5. GOVERNING LAW, ARBITRATION AND FORUM SELECTION:
This Agreement and the parties’ performance under it are governed by the law of the State of North Carolina. Any controversy, claim or dispute arising out of or relating to this Agreement shall be submitted to arbitration in Greensboro, North Carolina in accordance rules and law of the State of North Carolina. Judgment upon any award rendered by the arbitrator(s) may be entered in any North Carolina State Court having jurisdiction thereof. Buyer irrevocably consents to and confers personal jurisdiction upon the courts of the State of North Carolina, and waives any objections to the venue of such courts, and agrees that service of process may be made on Buyer by mailing a copy of the summons and complaint, by registered or certified mail receipt requested, to Buyer’s address as listed on the front of this Agreement (Sold To Address) or such other address as Buyer shall hereafter provide Seller in writing.

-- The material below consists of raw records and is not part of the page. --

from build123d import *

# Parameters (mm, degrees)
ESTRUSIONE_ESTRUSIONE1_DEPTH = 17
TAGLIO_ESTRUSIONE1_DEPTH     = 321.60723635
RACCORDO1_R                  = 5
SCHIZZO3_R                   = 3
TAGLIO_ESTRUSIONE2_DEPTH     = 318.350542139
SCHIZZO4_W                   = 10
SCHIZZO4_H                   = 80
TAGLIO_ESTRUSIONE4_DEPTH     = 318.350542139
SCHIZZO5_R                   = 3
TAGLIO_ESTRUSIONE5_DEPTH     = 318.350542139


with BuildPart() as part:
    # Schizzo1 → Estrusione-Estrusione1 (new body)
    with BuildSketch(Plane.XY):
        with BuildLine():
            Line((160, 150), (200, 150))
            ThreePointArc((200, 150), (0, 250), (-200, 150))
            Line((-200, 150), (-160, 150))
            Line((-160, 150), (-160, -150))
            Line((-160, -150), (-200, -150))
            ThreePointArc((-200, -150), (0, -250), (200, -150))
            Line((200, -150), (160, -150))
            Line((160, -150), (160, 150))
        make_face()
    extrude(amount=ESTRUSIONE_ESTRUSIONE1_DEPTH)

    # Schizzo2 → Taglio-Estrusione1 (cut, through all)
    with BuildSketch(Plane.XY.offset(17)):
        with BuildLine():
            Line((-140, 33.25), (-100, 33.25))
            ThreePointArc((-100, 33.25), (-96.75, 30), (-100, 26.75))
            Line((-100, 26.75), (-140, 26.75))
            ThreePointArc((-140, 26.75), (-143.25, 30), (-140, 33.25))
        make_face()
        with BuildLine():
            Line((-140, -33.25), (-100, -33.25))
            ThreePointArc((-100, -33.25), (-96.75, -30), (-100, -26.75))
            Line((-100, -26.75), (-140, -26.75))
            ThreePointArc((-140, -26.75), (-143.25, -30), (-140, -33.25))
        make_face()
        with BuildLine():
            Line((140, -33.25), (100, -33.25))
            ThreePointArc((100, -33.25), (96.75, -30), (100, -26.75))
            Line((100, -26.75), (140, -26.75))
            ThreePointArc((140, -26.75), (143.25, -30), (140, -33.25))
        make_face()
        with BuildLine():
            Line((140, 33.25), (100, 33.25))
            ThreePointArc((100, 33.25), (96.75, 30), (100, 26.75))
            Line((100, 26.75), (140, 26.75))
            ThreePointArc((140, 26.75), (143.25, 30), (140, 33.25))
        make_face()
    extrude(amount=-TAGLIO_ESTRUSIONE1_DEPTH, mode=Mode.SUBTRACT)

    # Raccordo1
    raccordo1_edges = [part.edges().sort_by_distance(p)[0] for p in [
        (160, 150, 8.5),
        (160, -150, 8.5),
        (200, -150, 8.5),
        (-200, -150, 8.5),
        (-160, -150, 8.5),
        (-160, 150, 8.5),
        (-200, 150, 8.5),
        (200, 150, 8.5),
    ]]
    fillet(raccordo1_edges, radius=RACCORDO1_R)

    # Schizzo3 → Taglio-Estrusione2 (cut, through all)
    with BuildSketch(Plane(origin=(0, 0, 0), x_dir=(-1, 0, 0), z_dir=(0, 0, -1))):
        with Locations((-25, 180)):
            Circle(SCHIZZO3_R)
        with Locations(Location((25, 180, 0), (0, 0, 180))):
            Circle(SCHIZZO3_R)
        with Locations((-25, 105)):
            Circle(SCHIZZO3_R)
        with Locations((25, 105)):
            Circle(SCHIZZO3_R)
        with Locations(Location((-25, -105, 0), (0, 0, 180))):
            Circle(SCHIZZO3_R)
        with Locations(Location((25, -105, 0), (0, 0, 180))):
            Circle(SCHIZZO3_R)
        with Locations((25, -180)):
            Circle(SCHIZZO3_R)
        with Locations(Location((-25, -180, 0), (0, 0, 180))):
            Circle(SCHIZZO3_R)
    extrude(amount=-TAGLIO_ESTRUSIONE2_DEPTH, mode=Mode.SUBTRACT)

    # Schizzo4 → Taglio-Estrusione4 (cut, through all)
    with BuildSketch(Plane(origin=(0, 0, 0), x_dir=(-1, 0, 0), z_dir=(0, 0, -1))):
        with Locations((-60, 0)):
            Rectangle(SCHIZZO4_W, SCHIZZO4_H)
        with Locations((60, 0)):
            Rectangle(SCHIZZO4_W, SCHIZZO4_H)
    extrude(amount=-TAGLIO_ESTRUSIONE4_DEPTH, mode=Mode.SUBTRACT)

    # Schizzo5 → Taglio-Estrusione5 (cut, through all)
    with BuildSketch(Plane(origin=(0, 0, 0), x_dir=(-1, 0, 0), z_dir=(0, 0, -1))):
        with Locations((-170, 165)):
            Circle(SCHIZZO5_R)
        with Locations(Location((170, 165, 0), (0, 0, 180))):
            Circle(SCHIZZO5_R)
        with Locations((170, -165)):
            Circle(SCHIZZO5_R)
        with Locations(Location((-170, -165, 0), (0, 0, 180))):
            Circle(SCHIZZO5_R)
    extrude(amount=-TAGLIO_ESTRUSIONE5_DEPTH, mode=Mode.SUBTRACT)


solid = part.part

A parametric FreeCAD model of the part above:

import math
import FreeCAD as App
import Part
import Sketcher


def edges_at(feature, points):
    """Names of the edges that pass closest to the given points."""
    edges = feature.Shape.Edges
    near = lambda p: min(range(len(edges)), key=lambda i: edges[i].distToShape(Part.Vertex(*p))[0])
    return sorted({f"Edge{near(p) + 1}" for p in points})


def add_polygon(sketch, points):
    """Adds a closed chain of lines whose ends are joined by coincident constraints."""
    first, n = sketch.GeometryCount, len(points)
    for a, b in zip(points, points[1:] + points[:1]):
        sketch.addGeometry(Part.LineSegment(App.Vector(*a, 0), App.Vector(*b, 0)), False)
    for i in range(n):
        sketch.addConstraint(Sketcher.Constraint("Coincident", first + i, 2, first + (i + 1) % n, 1))

doc = App.newDocument("Part")
body = doc.addObject("PartDesign::Body", "Body")

sketch1 = body.newObject("Sketcher::SketchObject", "Sketch")
sketch1.AttachmentSupport = (doc.getObject("XY_Plane"), [""])
sketch1.MapMode = "FlatFace"
sketch1.addGeometry([
    Part.LineSegment(App.Vector(160, 150, 0), App.Vector(200, 150, 0)),
    Part.ArcOfCircle(Part.Circle(App.Vector(0, 0, 0), App.Vector(0, 0, 1), 250), math.radians(37), math.radians(143)),
    Part.LineSegment(App.Vector(-200, 150, 0), App.Vector(-160, 150, 0)),
    Part.LineSegment(App.Vector(-160, 150, 0), App.Vector(-160, -150, 0)),
    Part.LineSegment(App.Vector(-160, -150, 0), App.Vector(-200, -150, 0)),
    Part.ArcOfCircle(Part.Circle(App.Vector(0, 0, 0), App.Vector(0, 0, 1), 250), math.radians(-143), math.radians(-37)),
    Part.LineSegment(App.Vector(200, -150, 0), App.Vector(160, -150, 0)),
    Part.LineSegment(App.Vector(160, -150, 0), App.Vector(160, 150, 0)),
], False)
sketch1.addConstraint([
    Sketcher.Constraint("Coincident", 0, 2, 1, 1),
    Sketcher.Constraint("Coincident", 1, 2, 2, 1),
    Sketcher.Constraint("Coincident", 2, 2, 3, 1),
    Sketcher.Constraint("Coincident", 3, 2, 4, 1),
    Sketcher.Constraint("Coincident", 4, 2, 5, 1),
    Sketcher.Constraint("Coincident", 5, 2, 6, 1),
    Sketcher.Constraint("Coincident", 6, 2, 7, 1),
    Sketcher.Constraint("Coincident", 7, 2, 0, 1),
    Sketcher.Constraint("Horizontal", 0),
    Sketcher.Constraint("Horizontal", 2),
    Sketcher.Constraint("Vertical", 3),
    Sketcher.Constraint("Horizontal", 4),
    Sketcher.Constraint("Horizontal", 6),
    Sketcher.Constraint("Vertical", 7),
    Sketcher.Constraint("Coincident", 1, 3, -1, 1),
    Sketcher.Constraint("Coincident", 5, 3, -1, 1),
    Sketcher.Constraint("Equal", 1, 5),
    Sketcher.Constraint("Symmetric", 2, 2, 6, 2, -1, 1),
    Sketcher.Constraint("Horizontal", 0, 2, 1, 2),
    Sketcher.Constraint("Horizontal", 4, 2, 5, 2),
    Sketcher.Constraint("Radius", 1, 250.0),
    Sketcher.Constraint("DistanceX", 0, 1, 0, 2, 40.0),
    Sketcher.Constraint("DistanceY", 3, 2, 3, 1, 300.0),
])
pad1 = body.newObject("PartDesign::Pad", "Pad")
pad1.Profile = sketch1
pad1.Length = 17

sketch2 = body.newObject("Sketcher::SketchObject", "Sketch001")
sketch2.AttachmentSupport = (doc.getObject("XY_Plane"), [""])
sketch2.MapMode = "FlatFace"
sketch2.AttachmentOffset = App.Placement(App.Vector(0, 0, 17), App.Rotation())
sketch2.addGeometry([
    Part.LineSegment(App.Vector(-100, 33.2, 0), App.Vector(-140, 33.2, 0)),
    Part.ArcOfCircle(Part.Circle(App.Vector(-140, 30, 0), App.Vector(0, 0, 1), 3.2), math.radians(90), math.radians(270)),
    Part.LineSegment(App.Vector(-140, 26.8, 0), App.Vector(-100, 26.8, 0)),
    Part.ArcOfCircle(Part.Circle(App.Vector(-100, 30, 0), App.Vector(0, 0, 1), 3.2), math.radians(-90), math.radians(90)),
    Part.LineSegment(App.Vector(-140, -33.2, 0), App.Vector(-100, -33.2, 0)),
    Part.ArcOfCircle(Part.Circle(App.Vector(-100, -30, 0), App.Vector(0, 0, 1), 3.2), math.radians(-90), math.radians(90)),
    Part.LineSegment(App.Vector(-100, -26.8, 0), App.Vector(-140, -26.8, 0)),
    Part.ArcOfCircle(Part.Circle(App.Vector(-140, -30, 0), App.Vector(0, 0, 1), 3.2), math.radians(90), math.radians(270)),
    Part.LineSegment(App.Vector(100, -33.2, 0), App.Vector(140, -33.2, 0)),
    Part.ArcOfCircle(Part.Circle(App.Vector(140, -30, 0), App.Vector(0, 0, 1), 3.2), math.radians(-90), math.radians(90)),
    Part.LineSegment(App.Vector(140, -26.8, 0), App.Vector(100, -26.8, 0)),
    Part.ArcOfCircle(Part.Circle(App.Vector(100, -30, 0), App.Vector(0, 0, 1), 3.2), math.radians(90), math.radians(270)),
    Part.LineSegment(App.Vector(140, 33.2, 0), App.Vector(100, 33.2, 0)),
    Part.ArcOfCircle(Part.Circle(App.Vector(100, 30, 0), App.Vector(0, 0, 1), 3.2), math.radians(90), math.radians(270)),
    Part.LineSegment(App.Vector(100, 26.8, 0), App.Vector(140, 26.8, 0)),
    Part.ArcOfCircle(Part.Circle(App.Vector(140, 30, 0), App.Vector(0, 0, 1), 3.2), math.radians(-90), math.radians(90)),
], False)
sketch2.addConstraint([
    Sketcher.Constraint("Tangent", 0, 2, 1, 1),
    Sketcher.Constraint("Tangent", 1, 2, 2, 1),
    Sketcher.Constraint("Tangent", 2, 2, 3, 1),
    Sketcher.Constraint("Tangent", 3, 2, 0, 1),
    Sketcher.Constraint("Tangent", 4, 2, 5, 1),
    Sketcher.Constraint("Tangent", 5, 2, 6, 1),
    Sketcher.Constraint("Tangent", 6, 2, 7, 1),
    Sketcher.Constraint("Tangent", 7, 2, 4, 1),
    Sketcher.Constraint("Tangent", 8, 2, 9, 1),
    Sketcher.Constraint("Tangent", 9, 2, 10, 1),
    Sketcher.Constraint("Tangent", 10, 2, 11, 1),
    Sketcher.Constraint("Tangent", 11, 2, 8, 1),
    Sketcher.Constraint("Tangent", 12, 2, 13, 1),
    Sketcher.Constraint("Tangent", 13, 2, 14, 1),
    Sketcher.Constraint("Tangent", 14, 2, 15, 1),
    Sketcher.Constraint("Tangent", 15, 2, 12, 1),
    Sketcher.Constraint("Horizontal", 0),
    Sketcher.Constraint("Horizontal", 2),
    Sketcher.Constraint("Horizontal", 4),
    Sketcher.Constraint("Horizontal", 6),
    Sketcher.Constraint("Horizontal", 8),
    Sketcher.Constraint("Horizontal", 10),
    Sketcher.Constraint("Horizontal", 12),
    Sketcher.Constraint("Horizontal", 14),
    Sketcher.Constraint("Equal", 3, 5),
    Sketcher.Constraint("Equal", 7, 9),
    Sketcher.Constraint("Equal", 11, 13),
    Sketcher.Constraint("Symmetric", 1, 3, 9, 3, -1, 1),
    Sketcher.Constraint("Symmetric", 5, 3, 13, 3, -1, 1),
    Sketcher.Constraint("Symmetric", 7, 3, 9, 3, -2),
    Sketcher.Constraint("Vertical", 3, 3, 5, 3),
    Sketcher.Constraint("Vertical", 11, 3, 13, 3),
    Sketcher.Constraint("Vertical", 9, 3, 15, 3),
    Sketcher.Constraint("DistanceX", 0, 2, 0, 1, 40.0),
    Sketcher.Constraint("Radius", 1, 3.25),
    Sketcher.Constraint("DistanceX", 1, 3, -1, 1, 140.0),
    Sketcher.Constraint("DistanceY", -1, 1, 1, 3, 30.0),
])
pocket1 = body.newObject("PartDesign::Pocket", "Pocket")
pocket1.Profile = sketch2
pocket1.Type = "ThroughAll"
doc.recompute()

fillet = body.newObject("PartDesign::Fillet", "Fillet")
fillet.Base = (pocket1, edges_at(pocket1, [
    (160, 150, 8.5),
    (160, -150, 8.5),
    (200, -150, 8.5),
    (-200, -150, 8.5),
    (-160, -150, 8.5),
    (-160, 150, 8.5),
    (-200, 150, 8.5),
    (200, 150, 8.5),
]))
fillet.Radius = 5

sketch3 = body.newObject("Sketcher::SketchObject", "Sketch002")
sketch3.AttachmentSupport = (doc.getObject("XY_Plane"), [""])
sketch3.MapMode = "FlatFace"
sketch3.addGeometry([
    Part.Circle(App.Vector(25, 180, 0), App.Vector(0, 0, 1), 3),
    Part.Circle(App.Vector(-25, 180, 0), App.Vector(0, 0, 1), 3),
    Part.Circle(App.Vector(25, 105, 0), App.Vector(0, 0, 1), 3),
    Part.Circle(App.Vector(-25, 105, 0), App.Vector(0, 0, 1), 3),
    Part.Circle(App.Vector(25, -105, 0), App.Vector(0, 0, 1), 3),
    Part.Circle(App.Vector(-25, -105, 0), App.Vector(0, 0, 1), 3),
    Part.Circle(App.Vector(-25, -180, 0), App.Vector(0, 0, 1), 3),
    Part.Circle(App.Vector(25, -180, 0), App.Vector(0, 0, 1), 3),
], False)
sketch3.addConstraint([
    Sketcher.Constraint("Equal", 0, 1),
    Sketcher.Constraint("Equal", 1, 2),
    Sketcher.Constraint("Equal", 2, 3),
    Sketcher.Constraint("Equal", 3, 4),
    Sketcher.Constraint("Equal", 4, 5),
    Sketcher.Constraint("Equal", 5, 6),
    Sketcher.Constraint("Equal", 6, 7),
    Sketcher.Constraint("Symmetric", 3, 3, 4, 3, -1, 1),
    Sketcher.Constraint("Symmetric", 2, 3, 5, 3, -1, 1),
    Sketcher.Constraint("Symmetric", 0, 3, 6, 3, -1, 1),
    Sketcher.Constraint("Symmetric", 1, 3, 7, 3, -1, 1),
    Sketcher.Constraint("Symmetric", 0, 3, 1, 3, -2),
    Sketcher.Constraint("Symmetric", 2, 3, 3, 3, -2),
    Sketcher.Constraint("Vertical", 0, 3, 2, 3),
    Sketcher.Constraint("Diameter", 0, 6.0),
    Sketcher.Constraint("DistanceX", -1, 1, 0, 3, 25.0),
    Sketcher.Constraint("DistanceY", -1, 1, 0, 3, 180.0),
    Sketcher.Constraint("DistanceY", -1, 1, 2, 3, 105.0),
])
pocket2 = body.newObject("PartDesign::Pocket", "Pocket001")
pocket2.Profile = sketch3
pocket2.Type = "ThroughAll"
pocket2.Reversed = True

If for any reason it becomes necessary for Seller to initiate any legal proceedings against Buyer, Seller shall be entitled to recover all costs incurred by it in connection with such proceedings as allowed by law, including, but not limited to, reasonable attorneys’ fees, court costs, and interest. No failure or delay on the part of Seller to exercise any of its rights or the remedies available under the terms of this Agreement and the law of North Carolina shall operate as a waiver thereof.